_PROBLEM TO SOLVE_. Starting with the first line of the records, write out each line exactly until you have included the line containing "#7=PRODUCT_DEFINITION_SHAPE('','',#6);".

··· AVAILABLE RECORDS

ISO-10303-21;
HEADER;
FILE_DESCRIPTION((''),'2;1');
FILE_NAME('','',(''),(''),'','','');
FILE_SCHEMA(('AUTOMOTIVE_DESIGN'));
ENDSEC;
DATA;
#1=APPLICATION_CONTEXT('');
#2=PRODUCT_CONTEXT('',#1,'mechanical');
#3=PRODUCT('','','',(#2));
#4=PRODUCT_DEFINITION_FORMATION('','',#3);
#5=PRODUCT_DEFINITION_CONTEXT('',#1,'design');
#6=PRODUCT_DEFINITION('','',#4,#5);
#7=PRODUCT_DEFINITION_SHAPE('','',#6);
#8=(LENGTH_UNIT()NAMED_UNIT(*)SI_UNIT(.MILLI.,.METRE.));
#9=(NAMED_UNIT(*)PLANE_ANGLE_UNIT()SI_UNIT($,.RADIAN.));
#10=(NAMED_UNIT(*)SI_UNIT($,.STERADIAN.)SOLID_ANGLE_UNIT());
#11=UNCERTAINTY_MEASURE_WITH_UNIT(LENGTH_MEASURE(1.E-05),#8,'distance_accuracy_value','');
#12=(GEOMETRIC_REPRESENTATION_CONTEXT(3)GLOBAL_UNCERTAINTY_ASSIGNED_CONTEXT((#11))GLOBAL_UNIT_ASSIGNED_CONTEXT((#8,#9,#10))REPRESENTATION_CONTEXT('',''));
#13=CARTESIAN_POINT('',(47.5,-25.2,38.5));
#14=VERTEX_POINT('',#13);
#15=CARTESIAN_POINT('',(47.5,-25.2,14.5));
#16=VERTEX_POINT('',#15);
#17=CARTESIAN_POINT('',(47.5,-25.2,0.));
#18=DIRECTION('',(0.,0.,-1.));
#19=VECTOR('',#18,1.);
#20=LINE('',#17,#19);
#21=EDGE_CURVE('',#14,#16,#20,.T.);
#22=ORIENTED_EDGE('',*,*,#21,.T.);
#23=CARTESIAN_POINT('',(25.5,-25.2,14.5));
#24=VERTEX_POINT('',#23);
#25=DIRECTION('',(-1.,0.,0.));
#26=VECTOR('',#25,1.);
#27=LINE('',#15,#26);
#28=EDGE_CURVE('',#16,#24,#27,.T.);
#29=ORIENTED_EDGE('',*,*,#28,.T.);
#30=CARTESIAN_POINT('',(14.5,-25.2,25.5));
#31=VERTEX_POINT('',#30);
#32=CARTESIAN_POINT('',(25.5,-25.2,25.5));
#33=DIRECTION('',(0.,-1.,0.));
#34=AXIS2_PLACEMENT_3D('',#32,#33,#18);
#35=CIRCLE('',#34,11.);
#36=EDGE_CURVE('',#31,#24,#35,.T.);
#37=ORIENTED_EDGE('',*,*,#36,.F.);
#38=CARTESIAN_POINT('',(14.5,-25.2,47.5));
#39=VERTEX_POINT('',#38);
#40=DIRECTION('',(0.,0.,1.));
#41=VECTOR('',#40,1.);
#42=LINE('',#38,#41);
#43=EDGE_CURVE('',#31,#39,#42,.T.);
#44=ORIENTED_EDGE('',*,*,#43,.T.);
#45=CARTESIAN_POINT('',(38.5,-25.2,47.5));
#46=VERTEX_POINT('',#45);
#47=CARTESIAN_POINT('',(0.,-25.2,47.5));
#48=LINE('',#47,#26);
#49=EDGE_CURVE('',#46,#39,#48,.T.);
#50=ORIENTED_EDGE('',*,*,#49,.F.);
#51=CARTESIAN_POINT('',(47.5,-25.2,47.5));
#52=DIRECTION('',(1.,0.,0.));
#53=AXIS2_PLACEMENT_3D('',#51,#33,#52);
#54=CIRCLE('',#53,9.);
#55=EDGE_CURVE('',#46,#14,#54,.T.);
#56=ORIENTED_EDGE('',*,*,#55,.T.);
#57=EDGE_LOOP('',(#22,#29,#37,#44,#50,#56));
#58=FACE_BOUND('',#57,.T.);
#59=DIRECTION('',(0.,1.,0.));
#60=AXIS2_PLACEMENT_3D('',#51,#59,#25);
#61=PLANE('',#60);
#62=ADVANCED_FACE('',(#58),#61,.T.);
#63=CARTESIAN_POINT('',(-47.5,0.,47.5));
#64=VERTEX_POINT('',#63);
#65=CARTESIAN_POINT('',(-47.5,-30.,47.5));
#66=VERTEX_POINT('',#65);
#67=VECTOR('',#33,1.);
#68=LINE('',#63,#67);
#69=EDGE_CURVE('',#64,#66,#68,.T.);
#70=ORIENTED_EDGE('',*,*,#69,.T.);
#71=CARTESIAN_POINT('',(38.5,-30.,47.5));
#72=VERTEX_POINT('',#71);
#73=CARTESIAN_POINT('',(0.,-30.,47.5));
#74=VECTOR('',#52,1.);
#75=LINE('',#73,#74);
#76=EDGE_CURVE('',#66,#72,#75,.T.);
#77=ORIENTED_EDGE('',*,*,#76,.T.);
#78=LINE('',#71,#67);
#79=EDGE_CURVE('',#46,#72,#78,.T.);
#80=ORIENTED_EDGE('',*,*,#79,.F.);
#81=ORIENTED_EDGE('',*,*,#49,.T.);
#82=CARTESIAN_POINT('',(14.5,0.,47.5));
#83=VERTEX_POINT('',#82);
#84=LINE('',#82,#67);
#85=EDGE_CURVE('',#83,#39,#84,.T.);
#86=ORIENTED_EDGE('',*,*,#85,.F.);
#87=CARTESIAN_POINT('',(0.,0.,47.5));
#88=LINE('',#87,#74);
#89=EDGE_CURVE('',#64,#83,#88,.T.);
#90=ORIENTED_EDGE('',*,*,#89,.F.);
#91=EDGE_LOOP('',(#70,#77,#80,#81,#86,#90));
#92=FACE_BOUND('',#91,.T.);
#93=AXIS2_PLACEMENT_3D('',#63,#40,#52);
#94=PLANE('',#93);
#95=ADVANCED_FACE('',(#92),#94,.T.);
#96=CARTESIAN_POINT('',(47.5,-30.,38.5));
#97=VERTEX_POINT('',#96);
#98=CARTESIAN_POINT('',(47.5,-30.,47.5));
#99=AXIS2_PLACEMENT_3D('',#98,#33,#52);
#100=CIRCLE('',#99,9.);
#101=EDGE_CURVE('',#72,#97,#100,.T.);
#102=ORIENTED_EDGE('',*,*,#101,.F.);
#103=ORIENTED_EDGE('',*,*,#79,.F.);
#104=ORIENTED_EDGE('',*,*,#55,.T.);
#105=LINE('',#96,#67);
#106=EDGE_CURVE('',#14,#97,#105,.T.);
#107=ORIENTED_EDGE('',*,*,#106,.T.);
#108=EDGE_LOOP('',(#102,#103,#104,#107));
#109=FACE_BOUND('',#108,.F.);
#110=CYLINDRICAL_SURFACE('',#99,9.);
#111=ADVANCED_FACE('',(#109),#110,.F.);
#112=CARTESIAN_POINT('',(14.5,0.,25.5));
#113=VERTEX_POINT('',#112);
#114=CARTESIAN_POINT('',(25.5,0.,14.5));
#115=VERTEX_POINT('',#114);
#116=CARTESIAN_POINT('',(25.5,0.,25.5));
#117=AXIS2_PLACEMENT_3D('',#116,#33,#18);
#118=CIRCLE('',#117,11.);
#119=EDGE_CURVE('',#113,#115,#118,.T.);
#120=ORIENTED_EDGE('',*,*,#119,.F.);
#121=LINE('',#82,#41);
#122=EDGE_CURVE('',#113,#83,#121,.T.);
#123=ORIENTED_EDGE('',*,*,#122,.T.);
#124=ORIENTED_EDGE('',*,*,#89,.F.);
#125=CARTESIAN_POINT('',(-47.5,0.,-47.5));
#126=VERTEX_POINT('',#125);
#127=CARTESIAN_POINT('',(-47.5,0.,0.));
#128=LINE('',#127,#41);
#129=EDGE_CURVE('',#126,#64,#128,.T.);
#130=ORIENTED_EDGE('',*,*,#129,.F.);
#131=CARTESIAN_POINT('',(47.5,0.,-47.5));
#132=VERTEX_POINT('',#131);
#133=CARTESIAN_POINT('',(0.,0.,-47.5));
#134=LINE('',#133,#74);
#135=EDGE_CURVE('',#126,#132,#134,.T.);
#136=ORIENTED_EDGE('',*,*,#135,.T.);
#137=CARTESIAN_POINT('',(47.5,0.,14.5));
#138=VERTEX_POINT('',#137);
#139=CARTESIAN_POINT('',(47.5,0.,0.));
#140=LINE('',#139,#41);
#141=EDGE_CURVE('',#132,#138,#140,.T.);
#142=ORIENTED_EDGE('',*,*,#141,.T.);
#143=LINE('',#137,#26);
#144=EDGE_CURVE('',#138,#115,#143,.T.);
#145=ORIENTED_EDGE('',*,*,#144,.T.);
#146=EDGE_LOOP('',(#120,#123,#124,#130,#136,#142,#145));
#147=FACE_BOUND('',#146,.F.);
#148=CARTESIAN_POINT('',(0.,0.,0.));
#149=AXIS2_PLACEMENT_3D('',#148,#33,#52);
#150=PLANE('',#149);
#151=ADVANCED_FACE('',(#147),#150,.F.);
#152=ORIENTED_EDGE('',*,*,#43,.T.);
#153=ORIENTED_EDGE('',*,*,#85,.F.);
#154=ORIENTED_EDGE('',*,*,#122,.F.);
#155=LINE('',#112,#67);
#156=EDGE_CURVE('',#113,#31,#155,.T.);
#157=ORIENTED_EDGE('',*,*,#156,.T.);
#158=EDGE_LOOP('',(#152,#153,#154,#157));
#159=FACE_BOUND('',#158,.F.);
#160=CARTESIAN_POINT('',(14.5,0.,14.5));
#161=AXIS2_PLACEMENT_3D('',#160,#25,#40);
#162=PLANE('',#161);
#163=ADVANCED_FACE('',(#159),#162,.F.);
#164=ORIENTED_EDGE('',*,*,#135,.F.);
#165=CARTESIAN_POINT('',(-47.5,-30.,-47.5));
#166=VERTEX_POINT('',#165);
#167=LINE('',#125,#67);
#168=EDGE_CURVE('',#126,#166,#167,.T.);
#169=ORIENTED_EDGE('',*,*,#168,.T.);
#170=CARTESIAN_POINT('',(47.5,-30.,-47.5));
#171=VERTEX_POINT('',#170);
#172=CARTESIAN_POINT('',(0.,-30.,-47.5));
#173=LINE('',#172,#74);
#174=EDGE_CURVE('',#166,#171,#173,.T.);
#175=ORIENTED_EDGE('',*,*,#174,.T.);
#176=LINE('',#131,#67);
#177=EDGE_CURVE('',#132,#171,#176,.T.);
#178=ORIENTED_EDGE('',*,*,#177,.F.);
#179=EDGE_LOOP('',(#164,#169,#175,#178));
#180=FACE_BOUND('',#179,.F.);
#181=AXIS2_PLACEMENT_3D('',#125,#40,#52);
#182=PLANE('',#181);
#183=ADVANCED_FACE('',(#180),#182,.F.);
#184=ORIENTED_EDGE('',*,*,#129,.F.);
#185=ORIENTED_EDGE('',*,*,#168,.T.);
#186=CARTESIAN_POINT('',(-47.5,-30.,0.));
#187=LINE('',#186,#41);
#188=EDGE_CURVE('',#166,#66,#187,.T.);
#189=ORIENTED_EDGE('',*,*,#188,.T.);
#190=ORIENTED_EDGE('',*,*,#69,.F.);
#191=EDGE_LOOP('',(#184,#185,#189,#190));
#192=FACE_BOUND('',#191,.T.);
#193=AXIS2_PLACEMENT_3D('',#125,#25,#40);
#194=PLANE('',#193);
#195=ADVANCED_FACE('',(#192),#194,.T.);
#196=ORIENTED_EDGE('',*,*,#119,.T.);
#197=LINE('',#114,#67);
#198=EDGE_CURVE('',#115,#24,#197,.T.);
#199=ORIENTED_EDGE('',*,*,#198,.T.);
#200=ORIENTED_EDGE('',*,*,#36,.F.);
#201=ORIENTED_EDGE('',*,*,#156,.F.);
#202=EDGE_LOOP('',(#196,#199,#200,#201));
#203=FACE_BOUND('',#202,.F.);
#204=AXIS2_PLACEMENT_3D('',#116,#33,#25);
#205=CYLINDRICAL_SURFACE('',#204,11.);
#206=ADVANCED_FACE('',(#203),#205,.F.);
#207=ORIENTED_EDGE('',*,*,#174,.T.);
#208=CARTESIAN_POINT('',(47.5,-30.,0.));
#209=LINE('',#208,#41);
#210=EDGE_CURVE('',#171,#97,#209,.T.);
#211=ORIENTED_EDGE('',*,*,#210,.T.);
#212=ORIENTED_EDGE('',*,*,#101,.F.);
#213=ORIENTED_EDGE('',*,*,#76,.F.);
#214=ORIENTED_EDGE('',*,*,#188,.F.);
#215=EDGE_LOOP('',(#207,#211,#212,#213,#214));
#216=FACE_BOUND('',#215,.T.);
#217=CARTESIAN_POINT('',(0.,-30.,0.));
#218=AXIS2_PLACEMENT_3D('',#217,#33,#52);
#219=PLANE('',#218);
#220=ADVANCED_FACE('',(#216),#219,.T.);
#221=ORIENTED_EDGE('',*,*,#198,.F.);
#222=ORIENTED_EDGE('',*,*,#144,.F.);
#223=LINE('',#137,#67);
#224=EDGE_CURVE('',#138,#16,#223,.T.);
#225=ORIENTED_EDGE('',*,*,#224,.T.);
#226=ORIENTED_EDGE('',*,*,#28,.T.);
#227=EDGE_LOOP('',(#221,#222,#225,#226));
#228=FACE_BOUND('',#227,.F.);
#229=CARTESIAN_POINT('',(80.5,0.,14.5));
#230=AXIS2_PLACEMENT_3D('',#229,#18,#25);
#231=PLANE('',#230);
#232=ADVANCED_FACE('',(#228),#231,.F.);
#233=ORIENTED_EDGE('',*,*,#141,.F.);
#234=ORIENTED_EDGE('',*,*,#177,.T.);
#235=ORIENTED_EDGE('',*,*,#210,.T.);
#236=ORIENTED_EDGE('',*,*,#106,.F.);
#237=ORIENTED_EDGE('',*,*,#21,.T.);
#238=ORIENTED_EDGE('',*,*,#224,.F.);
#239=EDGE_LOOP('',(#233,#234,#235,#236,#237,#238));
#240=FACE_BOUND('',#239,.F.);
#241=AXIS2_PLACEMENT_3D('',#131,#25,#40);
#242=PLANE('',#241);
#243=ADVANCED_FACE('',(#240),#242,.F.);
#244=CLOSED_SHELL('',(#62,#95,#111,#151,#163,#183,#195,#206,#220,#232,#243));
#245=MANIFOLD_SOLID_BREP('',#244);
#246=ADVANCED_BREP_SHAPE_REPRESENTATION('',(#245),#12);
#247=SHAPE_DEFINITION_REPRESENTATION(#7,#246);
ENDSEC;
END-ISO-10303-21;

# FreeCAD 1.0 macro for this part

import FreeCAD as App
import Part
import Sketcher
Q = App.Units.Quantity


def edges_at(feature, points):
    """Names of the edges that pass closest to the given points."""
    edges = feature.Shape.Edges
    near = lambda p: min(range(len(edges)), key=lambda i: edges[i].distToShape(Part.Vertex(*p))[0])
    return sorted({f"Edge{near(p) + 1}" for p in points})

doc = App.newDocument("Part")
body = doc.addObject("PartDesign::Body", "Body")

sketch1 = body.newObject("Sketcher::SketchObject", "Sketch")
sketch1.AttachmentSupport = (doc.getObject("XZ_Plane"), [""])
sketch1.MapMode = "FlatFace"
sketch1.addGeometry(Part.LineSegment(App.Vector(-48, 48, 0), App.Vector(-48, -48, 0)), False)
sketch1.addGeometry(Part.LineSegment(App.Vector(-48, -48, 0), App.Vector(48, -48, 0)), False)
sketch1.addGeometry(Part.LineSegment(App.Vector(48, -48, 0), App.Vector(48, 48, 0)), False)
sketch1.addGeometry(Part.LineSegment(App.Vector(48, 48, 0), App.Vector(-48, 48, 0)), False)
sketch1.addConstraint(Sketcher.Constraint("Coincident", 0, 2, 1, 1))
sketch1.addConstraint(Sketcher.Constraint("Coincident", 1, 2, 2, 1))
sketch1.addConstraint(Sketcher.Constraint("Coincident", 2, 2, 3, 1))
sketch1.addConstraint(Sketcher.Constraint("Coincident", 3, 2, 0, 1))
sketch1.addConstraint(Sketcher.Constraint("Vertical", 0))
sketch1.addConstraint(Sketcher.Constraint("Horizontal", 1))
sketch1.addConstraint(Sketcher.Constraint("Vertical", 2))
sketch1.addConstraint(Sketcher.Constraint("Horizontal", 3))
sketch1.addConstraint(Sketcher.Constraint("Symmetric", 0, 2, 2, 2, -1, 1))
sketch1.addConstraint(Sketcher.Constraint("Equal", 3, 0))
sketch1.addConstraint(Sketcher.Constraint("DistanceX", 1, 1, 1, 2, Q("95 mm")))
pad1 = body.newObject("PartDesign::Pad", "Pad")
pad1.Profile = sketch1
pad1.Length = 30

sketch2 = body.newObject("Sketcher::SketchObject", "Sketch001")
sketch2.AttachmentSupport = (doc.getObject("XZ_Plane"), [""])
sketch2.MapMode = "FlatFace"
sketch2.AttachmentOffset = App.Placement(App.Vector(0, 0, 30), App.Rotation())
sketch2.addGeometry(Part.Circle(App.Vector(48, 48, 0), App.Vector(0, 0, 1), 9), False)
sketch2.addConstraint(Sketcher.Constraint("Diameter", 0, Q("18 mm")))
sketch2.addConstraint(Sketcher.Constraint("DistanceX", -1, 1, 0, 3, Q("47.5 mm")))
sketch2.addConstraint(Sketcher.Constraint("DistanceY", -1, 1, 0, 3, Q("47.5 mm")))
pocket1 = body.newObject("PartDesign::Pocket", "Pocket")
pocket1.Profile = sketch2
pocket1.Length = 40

······

_ANSWER SECTION_.
ISO-10303-21;
HEADER;
FILE_DESCRIPTION((''),'2;1');
FILE_NAME('','',(''),(''),'','','');
FILE_SCHEMA(('AUTOMOTIVE_DESIGN'));
ENDSEC;
DATA;
#1=APPLICATION_CONTEXT('');
#2=PRODUCT_CONTEXT('',#1,'mechanical');
#3=PRODUCT('','','',(#2));
#4=PRODUCT_DEFINITION_FORMATION('','',#3);
#5=PRODUCT_DEFINITION_CONTEXT('',#1,'design');
#6=PRODUCT_DEFINITION('','',#4,#5);
#7=PRODUCT_DEFINITION_SHAPE('','',#6);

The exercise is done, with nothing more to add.